Setup Parser's Class Name
The following option give a name to the parser class.

%define parser_class_name "idl_parser"

The parser class would look like as following

  /// A Bison parser.
  class idl_parser
  {

Pass Essential Arguments to the Parser
You have to pass scanner which would provide yylex, to the parser. The parser could call yylex and obtain a token each time. "translator" could hold some important data, but depends on your needs. "arg_yyin" is the input source code file.

%parse-param {yy::IdlTranslator& translator}
%parse-param {yy::IdlScanner& scanner}
%parse-param {std::ifstream* arg_yyin}
%parse-param {std::ofstream* outputStream}

The parser ctor looks like as following.

idl_parser (yy::IdlTranslator& translator_yyarg, yy::IdlScanner& scanner_yyarg, std::ifstream* arg_yyin_yyarg, std::ofstream* outputStream_yyarg);

All arguments passed in, the parser will store them in member variables.
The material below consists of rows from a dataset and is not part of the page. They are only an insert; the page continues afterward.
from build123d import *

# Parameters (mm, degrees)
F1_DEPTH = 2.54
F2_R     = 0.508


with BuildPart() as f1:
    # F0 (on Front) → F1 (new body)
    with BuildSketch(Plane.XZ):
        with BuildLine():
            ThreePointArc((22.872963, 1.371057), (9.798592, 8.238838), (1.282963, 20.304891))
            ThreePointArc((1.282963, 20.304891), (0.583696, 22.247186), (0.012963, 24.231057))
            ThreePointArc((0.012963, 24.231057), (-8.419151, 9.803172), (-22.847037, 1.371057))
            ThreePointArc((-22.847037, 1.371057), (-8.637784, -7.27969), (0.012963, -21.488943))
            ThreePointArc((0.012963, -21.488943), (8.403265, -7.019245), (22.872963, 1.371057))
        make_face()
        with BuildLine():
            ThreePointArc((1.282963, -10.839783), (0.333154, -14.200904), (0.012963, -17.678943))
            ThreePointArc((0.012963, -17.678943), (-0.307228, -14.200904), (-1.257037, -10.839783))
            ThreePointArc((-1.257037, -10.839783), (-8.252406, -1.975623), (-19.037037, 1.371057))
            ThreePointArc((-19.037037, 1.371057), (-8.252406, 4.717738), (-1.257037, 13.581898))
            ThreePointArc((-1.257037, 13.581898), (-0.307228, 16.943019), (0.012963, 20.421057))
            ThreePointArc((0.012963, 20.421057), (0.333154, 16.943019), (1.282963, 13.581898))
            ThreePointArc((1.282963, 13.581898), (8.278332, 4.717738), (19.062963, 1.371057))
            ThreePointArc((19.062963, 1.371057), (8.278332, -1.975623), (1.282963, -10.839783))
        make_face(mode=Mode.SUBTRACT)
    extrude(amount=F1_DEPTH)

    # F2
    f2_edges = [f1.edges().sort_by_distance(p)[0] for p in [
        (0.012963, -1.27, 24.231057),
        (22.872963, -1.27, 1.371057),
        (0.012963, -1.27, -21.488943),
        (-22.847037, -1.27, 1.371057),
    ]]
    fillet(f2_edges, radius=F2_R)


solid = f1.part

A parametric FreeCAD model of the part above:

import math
import FreeCAD as App
import Part
import Sketcher

V = App.Vector
Q = App.Units.Quantity


def edges_at(feature, points):
    """Names of the edges that pass closest to the given points."""
    edges = feature.Shape.Edges
    near = lambda p: min(range(len(edges)), key=lambda i: edges[i].distToShape(Part.Vertex(*p))[0])
    return sorted({f"Edge{near(p) + 1}" for p in points})

doc = App.newDocument("Part")
params = doc.addObject("Spreadsheet::Sheet", "Params")
for row, (alias, value) in enumerate([
    ("sketch1_radius", "0.7499999 in"),
    ("pad1_length", "0.1 in"),
    ("fillet_radius", "0.02 in"),
], start=1):
    params.set(f"A{row}", alias)
    params.set(f"B{row}", "=" + value)
    params.setAlias(f"B{row}", alias)

body = doc.addObject("PartDesign::Body", "Body")

# Sketch on XZ plane
sketch1 = body.newObject("Sketcher::SketchObject", "Sketch")
sketch1.AttachmentSupport = (doc.getObject("XZ_Plane"), [""])
sketch1.MapMode = "FlatFace"
sketch1.addGeometry(Part.ArcOfCircle(Part.Circle(V(30.597764, 31.955858, 0), V(0, 0, 1), 31.545247), math.radians(-158.324992), math.radians(-104.174745)), False)
sketch1.addGeometry(Part.ArcOfCircle(Part.Circle(V(30.597808, 31.955874, 0), V(0, 0, 1), 31.545293), math.radians(-165.825248), math.radians(-158.324994)), False)
sketch1.addGeometry(Part.ArcOfCircle(Part.Circle(V(-31.707602, 33.091622, 0), V(0, 0, 1), 32.934843), math.radians(-74.393257), math.radians(-15.606743)), False)
sketch1.addGeometry(Part.ArcOfCircle(Part.Circle(V(-33.53101, -32.172916, 0), V(0, 0, 1), 35.204338), math.radians(17.667015), math.radians(72.332985)), False)
sketch1.addGeometry(Part.ArcOfCircle(Part.Circle(V(31.412897, -30.028877, 0), V(0, 0, 1), 32.540533), math.radians(105.214886), math.radians(164.785114)), False)
sketch1.addGeometry(Part.ArcOfCircle(Part.Circle(V(19.062961, -17.678941, 0), V(0, 0, 1), 19.049998), math.radians(89.999994), math.radians(158.960533)), False)
sketch1.addGeometry(Part.ArcOfCircle(Part.Circle(V(19.06297, -17.678944, 0), V(0, 0, 1), 19.050007), math.radians(158.960534), math.radians(179.999998)), False)
sketch1.addGeometry(Part.ArcOfCircle(Part.Circle(V(-19.037044, -17.678944, 0), V(0, 0, 1), 19.050007), math.radians(0.000002), math.radians(21.039466)), False)
sketch1.addGeometry(Part.ArcOfCircle(Part.Circle(V(-19.037035, -17.678941, 0), V(0, 0, 1), 19.049998), math.radians(21.039467), math.radians(90.000006)), False)
sketch1.addGeometry(Part.ArcOfCircle(Part.Circle(V(-19.037037, 20.421057, 0), V(0, 0, 1), 19.05), math.radians(-89.999999), math.radians(-21.03947)), False)
sketch1.addGeometry(Part.ArcOfCircle(Part.Circle(V(-19.037044, 20.421059, 0), V(0, 0, 1), 19.050007), math.radians(-21.039466), math.radians(-0.000005)), False)
sketch1.addGeometry(Part.ArcOfCircle(Part.Circle(V(19.06297, 20.421059, 0), V(0, 0, 1), 19.050007), math.radians(-179.999995), math.radians(-158.960534)), False)
sketch1.addGeometry(Part.ArcOfCircle(Part.Circle(V(19.062963, 20.421057, 0), V(0, 0, 1), 19.05), math.radians(-158.96053), math.radians(-90.000001)), False)
sketch1.addConstraint(Sketcher.Constraint("Tangent", 0, 1, 1, 2))
sketch1.addConstraint(Sketcher.Constraint("Coincident", 1, 1, 2, 2))
sketch1.addConstraint(Sketcher.Constraint("Coincident", 2, 1, 3, 2))
sketch1.addConstraint(Sketcher.Constraint("Coincident", 3, 1, 4, 2))
sketch1.addConstraint(Sketcher.Constraint("Coincident", 4, 1, 0, 2))
sketch1.addConstraint(Sketcher.Constraint("Tangent", 5, 2, 6, 1))
sketch1.addConstraint(Sketcher.Constraint("Tangent", 6, 2, 7, 1))
sketch1.addConstraint(Sketcher.Constraint("Tangent", 7, 2, 8, 1))
sketch1.addConstraint(Sketcher.Constraint("Tangent", 8, 2, 9, 1))
sketch1.addConstraint(Sketcher.Constraint("Tangent", 9, 2, 10, 1))
sketch1.addConstraint(Sketcher.Constraint("Tangent", 10, 2, 11, 1))
sketch1.addConstraint(Sketcher.Constraint("Tangent", 11, 2, 12, 1))
sketch1.addConstraint(Sketcher.Constraint("Tangent", 12, 2, 5, 1))
sketch1.addConstraint(Sketcher.Constraint("Equal", 6, 7))
sketch1.addConstraint(Sketcher.Constraint("Equal", 5, 8))
sketch1.addConstraint(Sketcher.Constraint("Equal", 7, 10))
sketch1.addConstraint(Sketcher.Constraint("Equal", 10, 11))
sketch1.addConstraint(Sketcher.Constraint("Equal", 9, 12))
sketch1.addConstraint(Sketcher.Constraint("Horizontal", 6, 3, 7, 3))
sketch1.addConstraint(Sketcher.Constraint("Horizontal", 10, 3, 12, 3))
sketch1.addConstraint(Sketcher.Constraint("Horizontal", 2, 1, 4, 1))
sketch1.addConstraint(Sketcher.Constraint("Horizontal", 5, 2, 7, 2))
sketch1.addConstraint(Sketcher.Constraint("Horizontal", 4, 1, 8, 2))
sketch1.addConstraint(Sketcher.Constraint("Horizontal", 9, 2, 11, 2))
sketch1.addConstraint(Sketcher.Constraint("Vertical", 7, 3, 10, 3))
sketch1.addConstraint(Sketcher.Constraint("Vertical", 1, 1, 3, 1))
sketch1.addConstraint(Sketcher.Constraint("Vertical", 0, 1, 5, 2))
sketch1.addConstraint(Sketcher.Constraint("Vertical", 3, 1, 6, 2))
sketch1.addConstraint(Sketcher.Constraint("Vertical", 9, 3, 8, 2))
sketch1.addConstraint(Sketcher.Constraint("Vertical", 7, 2, 9, 2))
sketch1.addConstraint(Sketcher.Constraint("Radius", 5, Q("0.7499999 in")))
sketch1.addConstraint(Sketcher.Constraint("DistanceX", 0, 1, 12, 3, Q("0.7 in")))
sketch1.addConstraint(Sketcher.Constraint("DistanceX", 2, 1, 3, 1, Q("0.9 in")))
sketch1.addConstraint(Sketcher.Constraint("DistanceY", 3, 1, 2, 1, Q("0.9 in")))
sketch1.addConstraint(Sketcher.Constraint("DistanceY", 12, 3, 1, 1, Q("0.15 in")))
sketch1.addConstraint(Sketcher.Constraint("DistanceX", 5, 3, 4, 1, Q("0.1500001 in")))
sketch1.addConstraint(Sketcher.Constraint("Radius", 3, 35.204338))
sketch1.addConstraint(Sketcher.Constraint("Radius", 0, 31.545247))
sketch1.addConstraint(Sketcher.Constraint("Radius", 1, 31.545293))
sketch1.addConstraint(Sketcher.Constraint("Radius", 2, 32.934843))
sketch1.addConstraint(Sketcher.Constraint("Radius", 4, 32.540533))
sketch1.addConstraint(Sketcher.Constraint("DistanceY", -1, 1, 9, 2, 13.581898))
sketch1.addConstraint(Sketcher.Constraint("DistanceX", 3, 3, -1, 1, 33.53101))
sketch1.setExpression("Constraints[30]", "Params.sketch1_radius")
pad1 = body.newObject("PartDesign::Pad", "Pad")
pad1.Profile = sketch1
pad1.setExpression("Length", "Params.pad1_length")
doc.recompute()

fillet = body.newObject("PartDesign::Fillet", "Fillet")
fillet.Base = (pad1, edges_at(pad1, [
    (0.013, -1.27, 24.231),
    (22.873, -1.27, 1.371),
    (0.013, -1.27, -21.489),
    (-22.847, -1.27, 1.371),
]))
fillet.setExpression("Radius", "Params.fillet_radius")

doc.recompute()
    /* User arguments.  */
    yy::IdlTranslator& translator;
    yy::IdlScanner& scanner;
    std::ifstream* arg_yyin;
    std::ofstream* outputStream;

Tell the Parser the Prototype of the yylex
"yylval" is used to return token string from scanner to parser. "yylloc" is an argument which could tell the current location in the source file. This parameter is enabled by %locations . If you didn't use %locations, then there would be no yylloc.

The following macro definition usually be defined in scanner header file. And included by bison .y file and flex .l file.

#ifndef YY_DECL
# define YY_DECL                                        \
    yy::idl_parser::token_type                         \
    yy::IdlScanner::lex(yy::idl_parser::semantic_type* yylval, yy::idl_parser::location_type *yylloc)

And in your grammar file (.y) define yylex macro.

#define yylex scanner.lex

The parser will call lex as following

YYCDEBUG << "Reading a token: ";
yychar = yylex (&yylval, &yylloc);

By defining the yylex macro, parser actually calls scanner.lex().

Implementing the Scanner
Pay attention to the first part of the following code please. It redefines yyFlexLexer, so the class yyFlexLexer in file "FlexLexer.h" becomes IdlFlexLexer. It very important, it avoids many conflicts. But it's really a poor technique.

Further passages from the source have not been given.